It’s been a week since the Government announced its proposal to scrap the statutory formula method for car fringe benefits. So what’s happened since and what do you need to do about it?

Will the changes ever happen?

The Liberal Party have said they will not support the changes and will not proceed with them if elected. It is doubtful that Parliament will sit again before the election, depending on when the election is called, so it is likely we will only see legislation for this if the Labor Party is returned. Even then, getting the legislation through is not a done deal.

Application date

The Government has now released a small amount of detail regarding the proposal. If the changes are introduced, arrangements in place or financial commitments made as at 16 July 2013 would not be affected for the life of those contracts – that is, the statutory formula method could be adopted indefinitely. For new arrangements or material variations to contracts from 17 July 2013, the statutory formula method could be used through to 31 March 2014, but from 1 April 2014, the log book method would be the only option for calculating FBT. Please contact Grant Thornton for further information regarding what constitutes a financial commitment or material variation.

Impact of the changes

Aside from the well-publicised impact on the car industry and salary packaging providers, abolishing the statutory formula method for car fringe benefits would have a huge impact elsewhere in the market.

Employers with fleets of vehicles for which the statutory formula method is used would need to switch to the log book method as of 1 April 2014 for cars acquired after 16 July 2013. This means tracking costs specific to each car and ensuring proper log books are completed (for 12 weeks every 5 years) in order to reduce the FBT cost. Grant Thornton’s experience in reviewing the adequacy of log books is that the description of the purpose of business trips is where they often fall down. Please speak to us if you need assistance with what constitutes as a valid log book. There is no need to have employees commence log books for new cars prior to 1 April 2014, since the statutory method can be applied until then, but this might be appropriate where the data would be useful in budgeting for the following year.

Switching to the log book method would increase the FBT cost for some employers.
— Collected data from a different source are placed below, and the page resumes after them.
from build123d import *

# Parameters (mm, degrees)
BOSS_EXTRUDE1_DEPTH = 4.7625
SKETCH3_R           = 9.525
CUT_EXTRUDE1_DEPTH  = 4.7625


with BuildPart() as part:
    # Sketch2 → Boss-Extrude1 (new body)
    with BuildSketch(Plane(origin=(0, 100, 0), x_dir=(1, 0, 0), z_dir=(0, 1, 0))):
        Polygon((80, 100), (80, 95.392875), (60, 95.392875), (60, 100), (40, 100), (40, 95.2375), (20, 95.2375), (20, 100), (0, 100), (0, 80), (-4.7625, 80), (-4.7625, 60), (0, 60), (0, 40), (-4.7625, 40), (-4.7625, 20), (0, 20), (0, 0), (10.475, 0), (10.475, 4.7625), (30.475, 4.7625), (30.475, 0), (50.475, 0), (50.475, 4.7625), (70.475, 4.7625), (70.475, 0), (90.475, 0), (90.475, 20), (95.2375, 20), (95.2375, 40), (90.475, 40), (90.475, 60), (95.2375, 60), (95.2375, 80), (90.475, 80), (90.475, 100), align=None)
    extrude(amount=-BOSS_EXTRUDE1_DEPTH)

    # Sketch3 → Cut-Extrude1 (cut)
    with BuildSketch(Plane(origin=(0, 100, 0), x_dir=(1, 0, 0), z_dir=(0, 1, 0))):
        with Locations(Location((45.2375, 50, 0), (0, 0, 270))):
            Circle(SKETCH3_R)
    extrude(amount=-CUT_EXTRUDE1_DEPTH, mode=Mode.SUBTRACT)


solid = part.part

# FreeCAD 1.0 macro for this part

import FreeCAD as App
import Part
import Sketcher
from FreeCAD import Vector
Q = App.Units.Quantity

doc = App.newDocument("Part")
body = doc.addObject("PartDesign::Body", "Body")

# Sketch on XZ plane
sketch1 = body.newObject("Sketcher::SketchObject", "Sketch")
sketch1.AttachmentSupport = (doc.getObject("XZ_Plane"), [""])
sketch1.MapMode = "FlatFace"
sketch1.AttachmentOffset = App.Placement(Vector(0, 0, -100), App.Rotation())
sketch1.addGeometry(Part.LineSegment(Vector(80, -100, 0), Vector(80, -95.4, 0)), False)
sketch1.addGeometry(Part.LineSegment(Vector(80, -95.4, 0), Vector(60, -95.4, 0)), False)
sketch1.addGeometry(Part.LineSegment(Vector(60, -95.4, 0), Vector(60, -100, 0)), False)
sketch1.addGeometry(Part.LineSegment(Vector(60, -100, 0), Vector(40, -100, 0)), False)
sketch1.addGeometry(Part.LineSegment(Vector(40, -100, 0), Vector(40, -95.2, 0)), False)
sketch1.addGeometry(Part.LineSegment(Vector(40, -95.2, 0), Vector(20, -95.2, 0)), False)
sketch1.addGeometry(Part.LineSegment(Vector(20, -95.2, 0), Vector(20, -100, 0)), False)
sketch1.addGeometry(Part.LineSegment(Vector(20, -100, 0), Vector(0, -100, 0)), False)
sketch1.addGeometry(Part.LineSegment(Vector(0, -100, 0), Vector(0, -80, 0)), False)
sketch1.addGeometry(Part.LineSegment(Vector(0, -80, 0), Vector(-4.8, -80, 0)), False)
sketch1.addGeometry(Part.LineSegment(Vector(-4.8, -80, 0), Vector(-4.8, -60, 0)), False)
sketch1.addGeometry(Part.LineSegment(Vector(-4.8, -60, 0), Vector(0, -60, 0)), False)
sketch1.addGeometry(Part.LineSegment(Vector(0, -60, 0), Vector(0, -40, 0)), False)
sketch1.addGeometry(Part.LineSegment(Vector(0, -40, 0), Vector(-4.8, -40, 0)), False)
sketch1.addGeometry(Part.LineSegment(Vector(-4.8, -40, 0), Vector(-4.8, -20, 0)), False)
sketch1.addGeometry(Part.LineSegment(Vector(-4.8, -20, 0), Vector(0, -20, 0)), False)
sketch1.addGeometry(Part.LineSegment(Vector(0, -20, 0), Vector(0, 0, 0)), False)
sketch1.addGeometry(Part.LineSegment(Vector(0, 0, 0), Vector(10.5, 0, 0)), False)
sketch1.addGeometry(Part.LineSegment(Vector(10.5, 0, 0), Vector(10.5, -4.8, 0)), False)
sketch1.addGeometry(Part.LineSegment(Vector(10.5, -4.8, 0), Vector(30.5, -4.8, 0)), False)
sketch1.addGeometry(Part.LineSegment(Vector(30.5, -4.8, 0), Vector(30.5, 0, 0)), False)
sketch1.addGeometry(Part.LineSegment(Vector(30.5, 0, 0), Vector(50.5, 0, 0)), False)
sketch1.addGeometry(Part.LineSegment(Vector(50.5, 0, 0), Vector(50.5, -4.8, 0)), False)
sketch1.addGeometry(Part.LineSegment(Vector(50.5, -4.8, 0), Vector(70.5, -4.8, 0)), False)
sketch1.addGeometry(Part.LineSegment(Vector(70.5, -4.8, 0), Vector(70.5, 0, 0)), False)
sketch1.addGeometry(Part.LineSegment(Vector(70.5, 0, 0), Vector(90.5, 0, 0)), False)
sketch1.addGeometry(Part.LineSegment(Vector(90.5, 0, 0), Vector(90.5, -20, 0)), False)
sketch1.addGeometry(Part.LineSegment(Vector(90.5, -20, 0), Vector(95.2, -20, 0)), False)
sketch1.addGeometry(Part.LineSegment(Vector(95.2, -20, 0), Vector(95.2, -40, 0)), False)
sketch1.addGeometry(Part.LineSegment(Vector(95.2, -40, 0), Vector(90.5, -40, 0)), False)
sketch1.addGeometry(Part.LineSegment(Vector(90.5, -40, 0), Vector(90.5, -60, 0)), False)
sketch1.addGeometry(Part.LineSegment(Vector(90.5, -60, 0), Vector(95.2, -60, 0)), False)
sketch1.addGeometry(Part.LineSegment(Vector(95.2, -60, 0), Vector(95.2, -80, 0)), False)
sketch1.addGeometry(Part.LineSegment(Vector(95.2, -80, 0), Vector(90.5, -80, 0)), False)
sketch1.addGeometry(Part.LineSegment(Vector(90.5, -80, 0), Vector(90.5, -100, 0)), False)
sketch1.addGeometry(Part.LineSegment(Vector(90.5, -100, 0), Vector(80, -100, 0)), False)
sketch1.addConstraint(Sketcher.Constraint("Coincident", 0, 2, 1, 1))
sketch1.addConstraint(Sketcher.Constraint("Coincident", 1, 2, 2, 1))
sketch1.addConstraint(Sketcher.Constraint("Coincident", 2, 2, 3, 1))
sketch1.addConstraint(Sketcher.Constraint("Coincident", 3, 2, 4, 1))
sketch1.addConstraint(Sketcher.Constraint("Coincident", 4, 2, 5, 1))
sketch1.addConstraint(Sketcher.Constraint("Coincident", 5, 2, 6, 1))
sketch1.addConstraint(Sketcher.Constraint("Coincident", 6, 2, 7, 1))
sketch1.addConstraint(Sketcher.Constraint("Coincident", 7, 2, 8, 1))
sketch1.addConstraint(Sketcher.Constraint("Coincident", 8, 2, 9, 1))
sketch1.addConstraint(Sketcher.Constraint("Coincident", 9, 2, 10, 1))
sketch1.addConstraint(Sketcher.Constraint("Coincident", 10, 2, 11, 1))
sketch1.addConstraint(Sketcher.Constraint("Coincident", 11, 2, 12, 1))
sketch1.addConstraint(Sketcher.Constraint("Coincident", 12, 2, 13, 1))
sketch1.addConstraint(Sketcher.Constraint("Coincident", 13, 2, 14, 1))
sketch1.addConstraint(Sketcher.Constraint("Coincident", 14, 2, 15, 1))
sketch1.addConstraint(Sketcher.Constraint("Coincident", 15, 2, 16, 1))
sketch1.addConstraint(Sketcher.Constraint("Coincident", 16, 2, 17, 1))
sketch1.addConstraint(Sketcher.Constraint("Coincident", 17, 2, 18, 1))
sketch1.addConstraint(Sketcher.Constraint("Coincident", 18, 2, 19, 1))
sketch1.addConstraint(Sketcher.Constraint("Coincident", 19, 2, 20, 1))
sketch1.addConstraint(Sketcher.Constraint("Coincident", 20, 2, 21, 1))
sketch1.addConstraint(Sketcher.Constraint("Coincident", 21, 2, 22, 1))
sketch1.addConstraint(Sketcher.Constraint("Coincident", 22, 2, 23, 1))
sketch1.addConstraint(Sketcher.Constraint("Coincident", 23, 2, 24, 1))
sketch1.addConstraint(Sketcher.Constraint("Coincident", 24, 2, 25, 1))
sketch1.addConstraint(Sketcher.Constraint("Coincident", 25, 2, 26, 1))
sketch1.addConstraint(Sketcher.Constraint("Coincident", 26, 2, 27, 1))
sketch1.addConstraint(Sketcher.Constraint("Coincident", 27, 2, 28, 1))
sketch1.addConstraint(Sketcher.Constraint("Coincident", 28, 2, 29, 1))
sketch1.addConstraint(Sketcher.Constraint("Coincident", 29, 2, 30, 1))
sketch1.addConstraint(Sketcher.Constraint("Coincident", 30, 2, 31, 1))
sketch1.addConstraint(Sketcher.Constraint("Coincident", 31, 2, 32, 1))
sketch1.addConstraint(Sketcher.Constraint("Coincident", 32, 2, 33, 1))
sketch1.addConstraint(Sketcher.Constraint("Coincident", 33, 2, 34, 1))
sketch1.addConstraint(Sketcher.Constraint("Coincident", 34, 2, 35, 1))
sketch1.addConstraint(Sketcher.Constraint("Coincident", 35, 2, 0, 1))
sketch1.addConstraint(Sketcher.Constraint("Vertical", 0))
sketch1.addConstraint(Sketcher.Constraint("Horizontal", 1))
sketch1.addConstraint(Sketcher.Constraint("Vertical", 2))
sketch1.addConstraint(Sketcher.Constraint("Horizontal", 3))
sketch1.addConstraint(Sketcher.Constraint("Vertical", 4))
sketch1.addConstraint(Sketcher.Constraint("Horizontal", 5))
sketch1.addConstraint(Sketcher.Constraint("Vertical", 6))
sketch1.addConstraint(Sketcher.Constraint("Horizontal", 7))
sketch1.addConstraint(Sketcher.Constraint("Vertical", 8))
sketch1.addConstraint(Sketcher.Constraint("Horizontal", 9))
sketch1.addConstraint(Sketcher.Constraint("Vertical", 10))
sketch1.addConstraint(Sketcher.Constraint("Horizontal", 11))
sketch1.addConstraint(Sketcher.Constraint("Vertical", 12))
sketch1.addConstraint(Sketcher.Constraint("Horizontal", 13))
sketch1.addConstraint(Sketcher.Constraint("Vertical", 14))
sketch1.addConstraint(Sketcher.Constraint("Horizontal", 15))
sketch1.addConstraint(Sketcher.Constraint("Vertical", 16))
sketch1.addConstraint(Sketcher.Constraint("Horizontal", 17))
sketch1.addConstraint(Sketcher.Constraint("Vertical", 18))
sketch1.addConstraint(Sketcher.Constraint("Horizontal", 19))
sketch1.addConstraint(Sketcher.Constraint("Vertical", 20))
sketch1.addConstraint(Sketcher.Constraint("Horizontal", 21))
sketch1.addConstraint(Sketcher.Constraint("Vertical", 22))
sketch1.addConstraint(Sketcher.Constraint("Horizontal", 23))
sketch1.addConstraint(Sketcher.Constraint("Vertical", 24))
sketch1.addConstraint(Sketcher.Constraint("Horizontal", 25))
sketch1.addConstraint(Sketcher.Constraint("Vertical", 26))
sketch1.addConstraint(Sketcher.Constraint("Horizontal", 27))
sketch1.addConstraint(Sketcher.Constraint("Vertical", 28))
sketch1.addConstraint(Sketcher.Constraint("Horizontal", 29))
sketch1.addConstraint(Sketcher.Constraint("Vertical", 30))
sketch1.addConstraint(Sketcher.Constraint("Horizontal", 31))
sketch1.addConstraint(Sketcher.Constraint("Vertical", 32))
sketch1.addConstraint(Sketcher.Constraint("Horizontal", 33))
sketch1.addConstraint(Sketcher.Constraint("Vertical", 34))
sketch1.addConstraint(Sketcher.Constraint("Horizontal", 35))
sketch1.addConstraint(Sketcher.Constraint("Coincident", 16, 2, -1, 1))
sketch1.addConstraint(Sketcher.Constraint("PointOnObject", 7, 2, -2))
sketch1.addConstraint(Sketcher.Constraint("PointOnObject", 11, 2, -2))
sketch1.addConstraint(Sketcher.Constraint("PointOnObject", 20, 2, -1))
sketch1.addConstraint(Sketcher.Constraint("PointOnObject", 24, 2, -1))
sketch1.addConstraint(Sketcher.Constraint("Horizontal", 3, 2, 6, 2))
sketch1.addConstraint(Sketcher.Constraint("Horizontal", 19, 2, 22, 2))
sketch1.addConstraint(Sketcher.Constraint("Horizontal", 15, 2, 26, 2))
sketch1.addConstraint(Sketcher.Constraint("Horizontal", 13, 2, 28, 2))
sketch1.addConstraint(Sketcher.Constraint("Horizontal", 11, 2, 30, 2))
sketch1.addConstraint(Sketcher.Constraint("Horizontal", 9, 2, 32, 2))
sketch1.addConstraint(Sketcher.Constraint("Horizontal", 7, 2, 34, 2))
sketch1.addConstraint(Sketcher.Constraint("Vertical", 10, 2, 13, 2))
sketch1.addConstraint(Sketcher.Constraint("Vertical", 26, 2, 29, 2))
sketch1.addConstraint(Sketcher.Constraint("Vertical", 28, 2, 31, 2))
sketch1.addConstraint(Sketcher.Constraint("Vertical", 30, 2, 33, 2))
sketch1.addConstraint(Sketcher.Constraint("Equal", 1, 3))
sketch1.addConstraint(Sketcher.Constraint("Equal", 3, 5))
sketch1.addConstraint(Sketcher.Constraint("Equal", 5, 7))
sketch1.addConstraint(Sketcher.Constraint("Equal", 7, 19))
sketch1.addConstraint(Sketcher.Constraint("Equal", 19, 21))
sketch1.addConstraint(Sketcher.Constraint("Equal", 21, 23))
sketch1.addConstraint(Sketcher.Constraint("Equal", 23, 25))
sketch1.addConstraint(Sketcher.Constraint("Equal", 15, 27))
sketch1.addConstraint(Sketcher.Constraint("Equal", 33, 4))
sketch1.addConstraint(Sketcher.Constraint("Equal", 25, 8))
sketch1.addConstraint(Sketcher.Constraint("Equal", 8, 10))
sketch1.addConstraint(Sketcher.Constraint("Equal", 10, 12))
sketch1.addConstraint(Sketcher.Constraint("Equal", 12, 14))
sketch1.addConstraint(Sketcher.Constraint("Equal", 14, 16))
sketch1.addConstraint(Sketcher.Constraint("Equal", 6, 18))
sketch1.addConstraint(Sketcher.Constraint("DistanceX", 9, 2, 9, 1, Q("0.1875 in")))
sketch1.addConstraint(Sketcher.Constraint("DistanceX", 1, 2, 1, 1, Q("20 mm")))
sketch1.addConstraint(Sketcher.Constraint("DistanceX", 17, 1, 17, 2, Q("10.475 mm")))
sketch1.addConstraint(Sketcher.Constraint("DistanceY", 0, 1, 0, 2, Q("4.607125 mm")))
pad1 = body.newObject("PartDesign::Pad", "Pad")
pad1.Profile = sketch1
pad1.Length = Q("0.1875 in")

# Sketch on XZ plane
sketch2 = body.newObject("Sketcher::SketchObject", "Sketch001")
sketch2.AttachmentSupport = (doc.getObject("XZ_Plane"), [""])
sketch2.MapMode = "FlatFace"
sketch2.AttachmentOffset = App.Placement(Vector(0, 0, -100), App.Rotation())
sketch2.addGeometry(Part.Circle(Vector(45, -50, 0), Vector(0, 0, 1), 10), False)
sketch2.addConstraint(Sketcher.Constraint("Diameter", 0, Q("0.75 in")))
sketch2.addConstraint(Sketcher.Constraint("DistanceX", -1, 1, 0, 3, Q("45.2375 mm")))
sketch2.addConstraint(Sketcher.Constraint("DistanceY", 0, 3, -1, 1, Q("50 mm")))
pocket1 = body.newObject("PartDesign::Pocket", "Pocket")
pocket1.Profile = sketch2
pocket1.Length = Q("0.1875 in")
pocket1.Reversed = True

doc.recompute()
Whether or not this is the case, employers with significant FBT liabilities should speak to Grant Thornton about the strategies we have successfully implemented for many clients to minimise FBT costs.

The tax advantage of new salary packaging arrangements for cars would be practically eliminated from 1 April 2014 – aside from small savings through some associate lease arrangements and access to discounted services such as fuel. This message is the same for employees in the not-for-profit sector, as there was no indication of any different rules for any particular industries in the Government’s announcement.

Car dealers might find the Tax Office agreeable to new administrative arrangements to simplify the calculation of FBT on their demonstration stock if the proposed changes are implemented. Perhaps something similar to the current administrative arrangements based on the statutory formula method would be possible, but based on a log book methodology. Grant Thornton is already active in this space and will be pursuing such opportunities if this becomes necessary.

Follow up checklist

  • Do you know which cars would be affected by the changes? Are there any issues determining dates of financial commitments?
  • Do you need assistance with reviewing the adequacy of current log books, or setting up new log book arrangements?
  • Do you understand the potential impact on the cost of running your cars?
  • Do you pay significant FBT and wish to explore minimisation strategies?
  • Are employees wishing to salary package fully informed about the potential changes?